Metadata-Version: 2.1
Name: gpt-index
Version: 0.1.18
Summary: Building an index of GPT summaries.
Home-page: https://github.com/jerryjliu/gpt_index
License: MIT
Description-Content-Type: text/markdown
License-File: LICENSE

# 🗂️ ️GPT Index

GPT Index is a project consisting of a set of *data structures* that are created using LLMs and can be traversed using LLMs in order to answer queries.

PyPi: https://pypi.org/project/gpt-index/.

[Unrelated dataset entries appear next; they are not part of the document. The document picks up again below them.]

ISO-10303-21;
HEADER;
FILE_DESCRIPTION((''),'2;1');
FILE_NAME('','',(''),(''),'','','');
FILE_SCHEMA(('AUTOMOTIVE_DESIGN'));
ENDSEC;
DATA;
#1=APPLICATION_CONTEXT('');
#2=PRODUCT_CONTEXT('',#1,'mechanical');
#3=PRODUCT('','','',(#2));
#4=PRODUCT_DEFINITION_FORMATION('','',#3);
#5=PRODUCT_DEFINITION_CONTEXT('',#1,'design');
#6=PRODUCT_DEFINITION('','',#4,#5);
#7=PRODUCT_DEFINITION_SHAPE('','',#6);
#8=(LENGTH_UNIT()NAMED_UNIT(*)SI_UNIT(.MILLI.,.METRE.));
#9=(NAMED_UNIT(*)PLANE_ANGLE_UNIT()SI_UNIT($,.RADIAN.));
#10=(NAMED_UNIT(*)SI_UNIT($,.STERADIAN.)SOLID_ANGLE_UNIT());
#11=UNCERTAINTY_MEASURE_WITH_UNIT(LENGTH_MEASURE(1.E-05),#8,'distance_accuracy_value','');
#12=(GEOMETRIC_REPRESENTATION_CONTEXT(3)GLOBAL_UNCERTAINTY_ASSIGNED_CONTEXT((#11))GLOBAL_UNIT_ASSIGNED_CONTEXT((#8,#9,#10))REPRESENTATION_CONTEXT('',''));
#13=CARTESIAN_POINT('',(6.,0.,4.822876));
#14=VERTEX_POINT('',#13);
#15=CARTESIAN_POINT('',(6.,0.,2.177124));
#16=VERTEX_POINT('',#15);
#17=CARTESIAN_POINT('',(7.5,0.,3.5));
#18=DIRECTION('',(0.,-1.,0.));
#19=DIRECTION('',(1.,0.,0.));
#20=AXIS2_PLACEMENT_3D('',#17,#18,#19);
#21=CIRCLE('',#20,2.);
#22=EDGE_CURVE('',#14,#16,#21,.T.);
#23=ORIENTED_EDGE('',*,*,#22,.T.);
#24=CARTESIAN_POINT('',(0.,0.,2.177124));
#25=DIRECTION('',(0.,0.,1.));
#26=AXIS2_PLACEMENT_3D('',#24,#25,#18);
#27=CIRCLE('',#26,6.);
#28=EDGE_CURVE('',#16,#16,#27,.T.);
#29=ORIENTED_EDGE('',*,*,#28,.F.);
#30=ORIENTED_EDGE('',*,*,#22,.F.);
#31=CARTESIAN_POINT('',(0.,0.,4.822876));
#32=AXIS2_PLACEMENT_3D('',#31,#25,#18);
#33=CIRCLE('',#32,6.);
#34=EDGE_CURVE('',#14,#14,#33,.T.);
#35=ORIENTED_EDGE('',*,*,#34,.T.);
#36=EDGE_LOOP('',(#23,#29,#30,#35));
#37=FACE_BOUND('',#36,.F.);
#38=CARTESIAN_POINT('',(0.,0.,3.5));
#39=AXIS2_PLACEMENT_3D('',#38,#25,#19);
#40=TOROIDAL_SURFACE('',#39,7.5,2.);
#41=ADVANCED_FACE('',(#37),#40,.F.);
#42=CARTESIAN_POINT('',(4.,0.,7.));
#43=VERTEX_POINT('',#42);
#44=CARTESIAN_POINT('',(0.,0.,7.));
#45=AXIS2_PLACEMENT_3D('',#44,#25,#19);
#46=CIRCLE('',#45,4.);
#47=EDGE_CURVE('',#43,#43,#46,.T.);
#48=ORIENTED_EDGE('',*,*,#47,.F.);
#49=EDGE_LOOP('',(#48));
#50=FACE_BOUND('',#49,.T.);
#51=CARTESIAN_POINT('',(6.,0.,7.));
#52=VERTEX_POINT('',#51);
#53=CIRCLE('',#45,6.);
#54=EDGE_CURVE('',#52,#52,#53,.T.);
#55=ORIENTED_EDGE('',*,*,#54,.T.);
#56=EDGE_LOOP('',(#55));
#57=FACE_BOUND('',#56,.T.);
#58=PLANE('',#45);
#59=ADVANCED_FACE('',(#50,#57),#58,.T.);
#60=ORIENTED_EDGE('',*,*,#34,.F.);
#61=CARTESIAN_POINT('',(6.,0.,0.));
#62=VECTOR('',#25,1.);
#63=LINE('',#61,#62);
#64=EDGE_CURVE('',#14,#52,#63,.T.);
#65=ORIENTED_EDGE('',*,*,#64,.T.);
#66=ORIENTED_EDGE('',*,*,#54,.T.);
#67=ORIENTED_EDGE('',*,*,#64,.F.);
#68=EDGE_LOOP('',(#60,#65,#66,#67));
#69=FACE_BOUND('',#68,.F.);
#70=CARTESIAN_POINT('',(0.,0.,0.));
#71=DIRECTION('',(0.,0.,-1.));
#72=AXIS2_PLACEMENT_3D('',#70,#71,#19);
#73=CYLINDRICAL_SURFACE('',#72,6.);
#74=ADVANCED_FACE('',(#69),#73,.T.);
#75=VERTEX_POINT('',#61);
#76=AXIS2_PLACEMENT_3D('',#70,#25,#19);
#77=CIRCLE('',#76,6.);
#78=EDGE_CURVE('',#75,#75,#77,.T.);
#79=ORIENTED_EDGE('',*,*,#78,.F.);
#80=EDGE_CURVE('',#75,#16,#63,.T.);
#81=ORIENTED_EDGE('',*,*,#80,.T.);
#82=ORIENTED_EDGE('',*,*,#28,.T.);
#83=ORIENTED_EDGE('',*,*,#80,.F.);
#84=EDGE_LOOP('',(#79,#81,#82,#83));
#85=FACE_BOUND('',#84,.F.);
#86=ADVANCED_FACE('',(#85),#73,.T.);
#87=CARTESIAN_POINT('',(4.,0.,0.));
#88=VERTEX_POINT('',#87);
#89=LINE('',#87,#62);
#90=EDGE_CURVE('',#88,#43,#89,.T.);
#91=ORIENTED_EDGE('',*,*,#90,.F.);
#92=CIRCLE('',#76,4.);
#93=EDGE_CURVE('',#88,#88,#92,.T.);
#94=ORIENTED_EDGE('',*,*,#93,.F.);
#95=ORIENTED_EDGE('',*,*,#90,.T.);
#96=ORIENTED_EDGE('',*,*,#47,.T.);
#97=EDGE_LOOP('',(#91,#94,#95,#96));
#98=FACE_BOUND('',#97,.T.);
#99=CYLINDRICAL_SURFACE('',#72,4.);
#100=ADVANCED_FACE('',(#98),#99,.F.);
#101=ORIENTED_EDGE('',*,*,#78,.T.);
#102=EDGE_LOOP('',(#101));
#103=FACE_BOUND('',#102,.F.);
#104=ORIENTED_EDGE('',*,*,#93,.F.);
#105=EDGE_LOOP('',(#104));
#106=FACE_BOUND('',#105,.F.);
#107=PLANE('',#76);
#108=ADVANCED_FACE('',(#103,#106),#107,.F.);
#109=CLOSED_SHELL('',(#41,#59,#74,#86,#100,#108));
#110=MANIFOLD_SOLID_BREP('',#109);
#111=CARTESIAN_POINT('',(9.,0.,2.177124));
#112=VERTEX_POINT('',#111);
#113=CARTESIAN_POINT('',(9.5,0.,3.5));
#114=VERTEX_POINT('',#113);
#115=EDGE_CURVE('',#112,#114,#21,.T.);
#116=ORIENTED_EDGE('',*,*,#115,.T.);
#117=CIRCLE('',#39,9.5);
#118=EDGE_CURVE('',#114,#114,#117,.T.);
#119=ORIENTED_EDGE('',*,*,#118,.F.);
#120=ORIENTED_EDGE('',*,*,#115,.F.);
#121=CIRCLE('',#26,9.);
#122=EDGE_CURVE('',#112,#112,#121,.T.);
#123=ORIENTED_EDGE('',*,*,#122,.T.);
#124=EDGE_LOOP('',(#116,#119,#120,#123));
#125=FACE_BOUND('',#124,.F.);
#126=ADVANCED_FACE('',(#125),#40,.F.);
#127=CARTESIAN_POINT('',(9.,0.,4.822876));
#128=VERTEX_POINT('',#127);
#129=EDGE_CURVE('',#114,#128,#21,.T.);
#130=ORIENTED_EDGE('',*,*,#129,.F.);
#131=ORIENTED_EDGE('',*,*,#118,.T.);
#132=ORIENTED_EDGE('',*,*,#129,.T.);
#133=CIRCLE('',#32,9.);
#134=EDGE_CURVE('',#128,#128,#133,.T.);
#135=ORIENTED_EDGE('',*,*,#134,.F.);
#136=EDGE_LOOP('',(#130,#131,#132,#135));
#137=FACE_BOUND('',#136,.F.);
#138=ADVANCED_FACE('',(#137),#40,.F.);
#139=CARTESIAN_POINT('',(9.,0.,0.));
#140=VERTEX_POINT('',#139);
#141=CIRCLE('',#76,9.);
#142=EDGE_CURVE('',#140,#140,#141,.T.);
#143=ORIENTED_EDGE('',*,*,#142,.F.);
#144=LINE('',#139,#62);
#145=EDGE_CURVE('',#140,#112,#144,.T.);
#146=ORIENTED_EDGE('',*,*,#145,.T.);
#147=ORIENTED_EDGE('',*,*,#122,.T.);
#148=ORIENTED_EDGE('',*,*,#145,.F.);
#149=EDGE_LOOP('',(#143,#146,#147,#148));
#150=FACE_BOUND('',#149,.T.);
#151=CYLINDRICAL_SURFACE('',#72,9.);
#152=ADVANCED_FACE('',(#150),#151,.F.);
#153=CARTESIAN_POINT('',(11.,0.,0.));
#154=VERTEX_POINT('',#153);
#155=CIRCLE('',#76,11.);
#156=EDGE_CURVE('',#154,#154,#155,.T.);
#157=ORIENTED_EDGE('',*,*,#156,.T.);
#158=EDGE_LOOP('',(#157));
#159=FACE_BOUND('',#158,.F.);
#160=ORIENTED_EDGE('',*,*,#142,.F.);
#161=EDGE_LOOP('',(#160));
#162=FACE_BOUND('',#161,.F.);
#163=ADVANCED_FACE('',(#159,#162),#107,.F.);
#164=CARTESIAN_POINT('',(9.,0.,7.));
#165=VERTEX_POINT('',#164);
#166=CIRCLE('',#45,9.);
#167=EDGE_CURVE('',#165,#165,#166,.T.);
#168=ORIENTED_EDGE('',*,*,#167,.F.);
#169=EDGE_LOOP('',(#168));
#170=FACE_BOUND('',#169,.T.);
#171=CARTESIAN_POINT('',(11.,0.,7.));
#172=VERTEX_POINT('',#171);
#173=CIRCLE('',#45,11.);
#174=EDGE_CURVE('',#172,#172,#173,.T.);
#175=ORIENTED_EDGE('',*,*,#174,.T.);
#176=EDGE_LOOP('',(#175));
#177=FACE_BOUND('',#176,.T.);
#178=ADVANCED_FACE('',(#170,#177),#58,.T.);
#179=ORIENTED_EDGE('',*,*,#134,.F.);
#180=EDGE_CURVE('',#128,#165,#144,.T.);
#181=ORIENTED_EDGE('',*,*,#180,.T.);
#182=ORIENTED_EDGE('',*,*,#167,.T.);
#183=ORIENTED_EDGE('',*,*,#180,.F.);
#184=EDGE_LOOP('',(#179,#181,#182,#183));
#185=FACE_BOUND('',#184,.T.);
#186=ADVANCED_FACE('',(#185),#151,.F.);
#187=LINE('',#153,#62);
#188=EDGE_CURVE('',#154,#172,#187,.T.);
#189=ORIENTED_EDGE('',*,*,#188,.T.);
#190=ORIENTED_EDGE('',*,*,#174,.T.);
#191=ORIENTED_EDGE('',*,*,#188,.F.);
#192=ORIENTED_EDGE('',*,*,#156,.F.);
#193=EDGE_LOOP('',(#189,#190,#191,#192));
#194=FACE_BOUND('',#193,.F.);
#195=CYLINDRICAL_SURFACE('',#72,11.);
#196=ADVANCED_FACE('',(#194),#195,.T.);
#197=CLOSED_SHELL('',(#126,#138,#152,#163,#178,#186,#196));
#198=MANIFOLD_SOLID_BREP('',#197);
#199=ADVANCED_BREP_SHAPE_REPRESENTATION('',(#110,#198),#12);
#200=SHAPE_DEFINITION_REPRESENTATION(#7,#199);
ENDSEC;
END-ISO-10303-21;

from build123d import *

# Parameters (mm, degrees)
TORUS_R           = 2
CYLINDER003_R     = 6
CYLINDER003_DEPTH = 7
CYLINDER002_R     = 9
CYLINDER002_DEPTH = 7
CYLINDER001_R     = 4
CYLINDER001_DEPTH = 7
CYLINDER_R        = 11
CYLINDER_DEPTH    = 7


with BuildPart() as torus:
    # Torus → Torus (revolve)
    with BuildSketch(Plane(origin=(0, 0, 3.5), x_dir=(1, 0, 0), z_dir=(0, -1, 0))):
        with Locations((7.5, 0)):
            Circle(TORUS_R)
    revolve(axis=Axis((0, 0, 3.5), (0, 0, 1)))


with BuildPart() as cylinder003:
    # Cylinder003 → Cylinder003 (new body)
    with BuildSketch(Plane.XY):
        Circle(CYLINDER003_R)
    extrude(amount=CYLINDER003_DEPTH)


with BuildPart() as cut005:
    # Cylinder002 → Cylinder002 (new body)
    with BuildSketch(Plane.XY):
        Circle(CYLINDER002_R)
    extrude(amount=CYLINDER002_DEPTH)

    # Cut005: cut Cylinder003
    add(cylinder003.part, mode=Mode.SUBTRACT)


with BuildPart() as cylinder001:
    # Cylinder001 → Cylinder001 (new body)
    with BuildSketch(Plane.XY):
        Circle(CYLINDER001_R)
    extrude(amount=CYLINDER001_DEPTH)


with BuildPart() as cut007:
    # Cylinder → Cylinder (new body)
    with BuildSketch(Plane.XY):
        Circle(CYLINDER_R)
    extrude(amount=CYLINDER_DEPTH)

    # Cut004: cut Cylinder001
    add(cylinder001.part, mode=Mode.SUBTRACT)

    # Cut006: cut Cut005
    add(cut005.part, mode=Mode.SUBTRACT)

    # Cut007: cut Torus
    add(torus.part, mode=Mode.SUBTRACT)


solid = cut007.part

Documentation: https://gpt-index.readthedocs.io/en/latest/.

## 🚀 Overview

**NOTE**: This README is not updated as frequently as the documentation. Please check out the documentation above for the latest updates!

#### Context
- LLMs are a phenomenal piece of technology for knowledge generation and reasoning.
- A big limitation of LLMs is context size (e.g. OpenAI's `davinci` model for GPT-3 has a [limit](https://openai.com/api/pricing/) of 4096 tokens. Large, but not infinite).
- The ability to feed "knowledge" to LLMs is restricted to this limited prompt size and model weights.
- **Thought**: What if LLMs can have access to potentially a much larger database of knowledge without retraining/finetuning? 

#### Proposed Solution
That's where the **GPT Index** comes in. GPT Index is a simple, flexible interface between your external data and LLMs. It resolves the following pain points:

- Provides simple data structures to resolve prompt size limitations.
- Offers data connectors to your external data sources.
- Offers you a comprehensive toolset trading off cost and performance.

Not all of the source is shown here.